Fair point: I only know what I read in the paper.

 _airplane safety? Food safety? Public health?_

That's the funny thing about transition- sometimes you don't see it coming.
And it's hard to argue with the fallacy of the consequent: we are here,
therefore it's the right answer.

But I'll try to articulate it from something small and (hopefully) that we can
relate to and leave aside public health questions like climate change and so
on. Again, this isn't the world-beater issue, but it's just an illustration of
why I think that we should try to have more scientifically literate people in
our government.

When I go to a gas station, there is a sign that says things like "don't
smoke, discharge static electricity, fill portable tanks on the ground" and
such with is all good advice. But they also have one that says "turn off your
cell phone." Now, one of the stations I use that has this sign actually has a
_television_ atop the pump.

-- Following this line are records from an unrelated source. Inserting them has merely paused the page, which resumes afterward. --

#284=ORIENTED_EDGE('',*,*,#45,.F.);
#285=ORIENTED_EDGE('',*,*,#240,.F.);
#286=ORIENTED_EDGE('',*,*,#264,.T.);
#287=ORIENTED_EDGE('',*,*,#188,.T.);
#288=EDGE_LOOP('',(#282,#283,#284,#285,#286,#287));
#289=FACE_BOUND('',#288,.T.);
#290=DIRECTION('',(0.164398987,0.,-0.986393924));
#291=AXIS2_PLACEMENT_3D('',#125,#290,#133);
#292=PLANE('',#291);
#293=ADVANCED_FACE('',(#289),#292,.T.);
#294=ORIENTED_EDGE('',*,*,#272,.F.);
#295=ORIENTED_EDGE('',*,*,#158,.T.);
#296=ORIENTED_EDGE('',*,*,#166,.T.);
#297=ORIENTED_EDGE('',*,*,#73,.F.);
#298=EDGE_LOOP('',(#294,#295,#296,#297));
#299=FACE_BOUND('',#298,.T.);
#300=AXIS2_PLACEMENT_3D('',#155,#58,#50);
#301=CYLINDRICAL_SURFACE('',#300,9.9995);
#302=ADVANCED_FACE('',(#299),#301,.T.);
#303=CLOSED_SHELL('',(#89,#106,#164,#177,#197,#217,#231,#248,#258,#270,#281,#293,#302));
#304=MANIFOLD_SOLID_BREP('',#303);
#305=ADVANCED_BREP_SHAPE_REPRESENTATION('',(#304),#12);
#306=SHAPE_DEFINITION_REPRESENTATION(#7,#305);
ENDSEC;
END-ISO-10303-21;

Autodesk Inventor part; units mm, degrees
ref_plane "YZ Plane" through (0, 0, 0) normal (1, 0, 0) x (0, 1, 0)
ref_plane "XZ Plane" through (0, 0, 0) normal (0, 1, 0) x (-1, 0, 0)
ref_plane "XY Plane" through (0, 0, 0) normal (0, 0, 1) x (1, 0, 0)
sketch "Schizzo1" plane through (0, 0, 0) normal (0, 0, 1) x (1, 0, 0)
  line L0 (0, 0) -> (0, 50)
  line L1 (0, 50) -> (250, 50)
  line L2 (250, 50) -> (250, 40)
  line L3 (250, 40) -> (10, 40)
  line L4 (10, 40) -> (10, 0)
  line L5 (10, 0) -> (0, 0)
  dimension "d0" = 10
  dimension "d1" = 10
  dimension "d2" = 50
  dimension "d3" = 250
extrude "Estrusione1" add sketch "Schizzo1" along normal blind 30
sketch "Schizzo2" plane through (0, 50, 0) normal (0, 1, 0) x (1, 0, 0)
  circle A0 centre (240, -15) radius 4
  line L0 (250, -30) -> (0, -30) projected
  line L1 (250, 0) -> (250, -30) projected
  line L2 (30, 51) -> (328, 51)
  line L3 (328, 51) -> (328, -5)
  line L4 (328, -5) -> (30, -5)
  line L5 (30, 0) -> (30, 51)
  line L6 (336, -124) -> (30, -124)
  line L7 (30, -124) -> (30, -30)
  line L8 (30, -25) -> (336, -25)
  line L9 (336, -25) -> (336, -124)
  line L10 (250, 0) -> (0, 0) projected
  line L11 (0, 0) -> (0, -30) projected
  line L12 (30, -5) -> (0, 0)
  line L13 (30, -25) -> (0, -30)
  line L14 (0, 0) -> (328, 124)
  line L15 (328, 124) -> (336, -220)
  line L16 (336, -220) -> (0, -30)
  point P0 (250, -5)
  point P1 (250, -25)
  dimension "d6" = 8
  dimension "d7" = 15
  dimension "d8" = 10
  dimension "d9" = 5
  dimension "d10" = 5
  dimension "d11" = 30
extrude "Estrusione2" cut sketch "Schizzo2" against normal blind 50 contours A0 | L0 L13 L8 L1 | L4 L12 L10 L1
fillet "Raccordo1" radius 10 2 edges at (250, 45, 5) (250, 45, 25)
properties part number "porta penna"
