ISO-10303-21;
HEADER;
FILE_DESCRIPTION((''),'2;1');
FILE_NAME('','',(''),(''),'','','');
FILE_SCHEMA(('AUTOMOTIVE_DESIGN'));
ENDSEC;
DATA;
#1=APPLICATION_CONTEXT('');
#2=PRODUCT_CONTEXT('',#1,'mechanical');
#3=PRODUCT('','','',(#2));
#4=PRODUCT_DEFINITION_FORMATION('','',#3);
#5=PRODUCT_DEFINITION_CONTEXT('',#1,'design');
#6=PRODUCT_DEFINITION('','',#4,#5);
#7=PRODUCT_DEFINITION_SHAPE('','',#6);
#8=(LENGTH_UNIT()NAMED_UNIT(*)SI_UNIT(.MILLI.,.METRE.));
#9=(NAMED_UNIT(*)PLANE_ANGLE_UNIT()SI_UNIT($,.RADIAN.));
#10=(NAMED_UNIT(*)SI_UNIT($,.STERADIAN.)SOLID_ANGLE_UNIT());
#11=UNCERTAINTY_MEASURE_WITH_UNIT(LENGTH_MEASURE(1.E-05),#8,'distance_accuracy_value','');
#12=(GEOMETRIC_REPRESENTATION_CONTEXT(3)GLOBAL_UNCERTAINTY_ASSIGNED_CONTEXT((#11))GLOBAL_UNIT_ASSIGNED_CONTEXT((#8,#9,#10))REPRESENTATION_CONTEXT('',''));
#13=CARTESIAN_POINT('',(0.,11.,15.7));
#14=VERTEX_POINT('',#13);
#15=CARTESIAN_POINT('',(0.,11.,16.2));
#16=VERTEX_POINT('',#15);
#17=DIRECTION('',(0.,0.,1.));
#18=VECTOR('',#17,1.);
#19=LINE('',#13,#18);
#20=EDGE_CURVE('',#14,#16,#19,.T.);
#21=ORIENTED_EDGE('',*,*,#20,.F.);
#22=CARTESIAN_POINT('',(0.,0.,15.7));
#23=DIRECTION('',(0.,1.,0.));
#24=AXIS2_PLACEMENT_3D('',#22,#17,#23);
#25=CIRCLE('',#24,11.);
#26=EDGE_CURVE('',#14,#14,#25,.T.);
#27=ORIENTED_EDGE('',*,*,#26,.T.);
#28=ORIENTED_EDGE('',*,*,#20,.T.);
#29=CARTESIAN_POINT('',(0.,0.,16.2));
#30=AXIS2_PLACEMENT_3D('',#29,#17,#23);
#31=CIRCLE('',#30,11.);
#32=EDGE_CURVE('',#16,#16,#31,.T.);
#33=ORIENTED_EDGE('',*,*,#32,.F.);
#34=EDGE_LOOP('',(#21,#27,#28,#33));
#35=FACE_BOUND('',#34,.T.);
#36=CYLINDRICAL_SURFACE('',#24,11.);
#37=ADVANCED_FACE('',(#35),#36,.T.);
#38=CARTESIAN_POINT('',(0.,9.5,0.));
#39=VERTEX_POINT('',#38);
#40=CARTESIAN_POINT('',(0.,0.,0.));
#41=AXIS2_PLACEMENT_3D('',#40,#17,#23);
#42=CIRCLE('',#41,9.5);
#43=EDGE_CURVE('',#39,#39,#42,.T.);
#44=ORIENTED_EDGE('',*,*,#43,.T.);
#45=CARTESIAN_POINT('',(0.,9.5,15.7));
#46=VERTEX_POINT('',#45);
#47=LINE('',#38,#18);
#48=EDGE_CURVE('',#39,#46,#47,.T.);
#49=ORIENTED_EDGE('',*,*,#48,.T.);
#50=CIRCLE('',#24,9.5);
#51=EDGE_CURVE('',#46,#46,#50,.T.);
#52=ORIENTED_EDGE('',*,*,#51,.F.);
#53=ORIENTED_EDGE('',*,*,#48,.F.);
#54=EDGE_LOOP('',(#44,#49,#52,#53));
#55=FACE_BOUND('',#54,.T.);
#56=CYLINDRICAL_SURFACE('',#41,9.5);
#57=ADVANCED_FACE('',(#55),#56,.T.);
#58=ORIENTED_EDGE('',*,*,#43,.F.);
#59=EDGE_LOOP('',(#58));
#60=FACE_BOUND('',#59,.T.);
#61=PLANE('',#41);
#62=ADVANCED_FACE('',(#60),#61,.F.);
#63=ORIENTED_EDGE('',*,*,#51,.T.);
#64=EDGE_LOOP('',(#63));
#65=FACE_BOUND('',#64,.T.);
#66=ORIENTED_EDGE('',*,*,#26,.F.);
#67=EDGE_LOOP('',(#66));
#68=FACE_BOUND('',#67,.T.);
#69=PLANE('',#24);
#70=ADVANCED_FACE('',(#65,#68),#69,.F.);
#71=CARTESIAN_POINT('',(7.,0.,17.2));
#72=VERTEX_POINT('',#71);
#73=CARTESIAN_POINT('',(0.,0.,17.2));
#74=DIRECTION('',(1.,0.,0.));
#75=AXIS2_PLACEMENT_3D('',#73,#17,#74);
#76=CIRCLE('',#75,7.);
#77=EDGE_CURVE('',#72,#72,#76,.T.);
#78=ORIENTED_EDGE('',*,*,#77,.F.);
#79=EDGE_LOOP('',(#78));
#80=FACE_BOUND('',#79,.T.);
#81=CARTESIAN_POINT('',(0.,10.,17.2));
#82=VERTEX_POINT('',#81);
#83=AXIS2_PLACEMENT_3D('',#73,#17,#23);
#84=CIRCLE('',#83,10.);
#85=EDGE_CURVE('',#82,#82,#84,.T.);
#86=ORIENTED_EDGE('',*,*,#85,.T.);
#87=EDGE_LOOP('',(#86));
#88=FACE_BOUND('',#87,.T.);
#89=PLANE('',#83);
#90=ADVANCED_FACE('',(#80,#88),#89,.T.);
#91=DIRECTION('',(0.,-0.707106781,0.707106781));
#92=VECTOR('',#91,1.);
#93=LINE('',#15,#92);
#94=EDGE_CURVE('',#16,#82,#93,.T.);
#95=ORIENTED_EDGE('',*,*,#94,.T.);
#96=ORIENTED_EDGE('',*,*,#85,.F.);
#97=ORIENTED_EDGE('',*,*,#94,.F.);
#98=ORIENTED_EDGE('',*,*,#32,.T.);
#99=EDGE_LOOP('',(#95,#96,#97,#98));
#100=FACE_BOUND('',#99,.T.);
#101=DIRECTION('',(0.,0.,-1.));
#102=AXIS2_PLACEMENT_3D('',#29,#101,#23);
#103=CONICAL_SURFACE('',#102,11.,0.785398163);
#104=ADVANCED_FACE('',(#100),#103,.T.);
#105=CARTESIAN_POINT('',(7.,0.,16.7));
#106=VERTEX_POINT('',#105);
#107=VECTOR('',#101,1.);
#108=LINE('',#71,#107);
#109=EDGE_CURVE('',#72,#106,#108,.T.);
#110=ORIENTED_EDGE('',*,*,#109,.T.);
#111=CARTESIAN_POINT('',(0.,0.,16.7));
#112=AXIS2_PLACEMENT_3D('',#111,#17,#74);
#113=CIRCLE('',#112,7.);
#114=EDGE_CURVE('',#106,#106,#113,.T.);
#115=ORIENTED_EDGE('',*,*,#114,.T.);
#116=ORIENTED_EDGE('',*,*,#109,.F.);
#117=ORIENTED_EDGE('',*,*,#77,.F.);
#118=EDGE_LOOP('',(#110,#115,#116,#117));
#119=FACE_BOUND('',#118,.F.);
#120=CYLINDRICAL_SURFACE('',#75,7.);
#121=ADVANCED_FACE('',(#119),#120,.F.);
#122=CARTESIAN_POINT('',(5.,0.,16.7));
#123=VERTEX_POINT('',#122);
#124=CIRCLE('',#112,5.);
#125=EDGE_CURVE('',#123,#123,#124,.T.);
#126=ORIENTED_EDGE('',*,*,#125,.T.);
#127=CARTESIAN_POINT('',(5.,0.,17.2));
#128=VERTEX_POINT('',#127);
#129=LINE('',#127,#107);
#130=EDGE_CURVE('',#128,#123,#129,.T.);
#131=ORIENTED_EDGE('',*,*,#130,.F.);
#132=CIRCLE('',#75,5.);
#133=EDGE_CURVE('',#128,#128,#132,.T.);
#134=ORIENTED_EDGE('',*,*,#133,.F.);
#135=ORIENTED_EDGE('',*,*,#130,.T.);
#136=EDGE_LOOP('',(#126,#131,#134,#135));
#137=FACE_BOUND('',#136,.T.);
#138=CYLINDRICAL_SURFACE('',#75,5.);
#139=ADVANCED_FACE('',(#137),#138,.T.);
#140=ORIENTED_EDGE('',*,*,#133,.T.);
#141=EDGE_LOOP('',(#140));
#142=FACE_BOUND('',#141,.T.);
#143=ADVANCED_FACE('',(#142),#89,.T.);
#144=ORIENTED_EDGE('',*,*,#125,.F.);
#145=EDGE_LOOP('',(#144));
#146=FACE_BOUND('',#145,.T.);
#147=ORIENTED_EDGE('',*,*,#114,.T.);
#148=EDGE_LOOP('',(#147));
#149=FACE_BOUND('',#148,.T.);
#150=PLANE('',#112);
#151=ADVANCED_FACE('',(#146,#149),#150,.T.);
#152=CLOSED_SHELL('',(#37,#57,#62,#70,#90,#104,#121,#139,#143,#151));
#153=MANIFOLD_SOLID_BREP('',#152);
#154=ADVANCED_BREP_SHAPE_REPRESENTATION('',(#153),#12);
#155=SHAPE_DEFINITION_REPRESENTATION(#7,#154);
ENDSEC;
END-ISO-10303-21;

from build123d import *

# Parameters (mm, degrees)
F2_R     = 7
F2_R_2   = 5
F3_DEPTH = 0.5


with BuildPart() as f1:
    # F0 (on Right) → F1 (revolve)
    with BuildSketch(Plane.YZ):
        Polygon((0, 17.2), (0, 0), (9.5, 0), (9.5, 15.7), (11, 15.7), (11, 16.2), (10, 17.2), align=None)
    revolve(axis=Axis((0, 0, 8.6), (0, 0, 1)))

    # F2 (on face) → F3 (cut)
    with BuildSketch(Plane.XY.offset(17.2)):
        Circle(F2_R)
        Circle(F2_R_2, mode=Mode.SUBTRACT)
    extrude(amount=-F3_DEPTH, mode=Mode.SUBTRACT)


solid = f1.part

But the kicker is, the whole gas-station-blowing-
up thing was an _urban legend._ The original story was in the '90s, circulated
via email, and was about a BP station in Britain blowing up because of someone
using a cell phone. I have a tendency to check up on these things (IIRC
"snopes" wasn't "snopes" back then; I think they changed their name or else
the site I relied upon went out and snopes came in) and found that yes, the
story was bullshit and there was no truth to it.

Nevertheless, it became a regulation to turn off your cell phone. Even though
they don't cause sparks. And there's a TV set atop the pump.

 _more numeracy and technical literacy would be great_

Agreed.

 _but the idea that our government can 't function has little foundation_

Maybe that's why nobody said it.

 _it 's just someone yelling loudly._

Um, yeah, ok.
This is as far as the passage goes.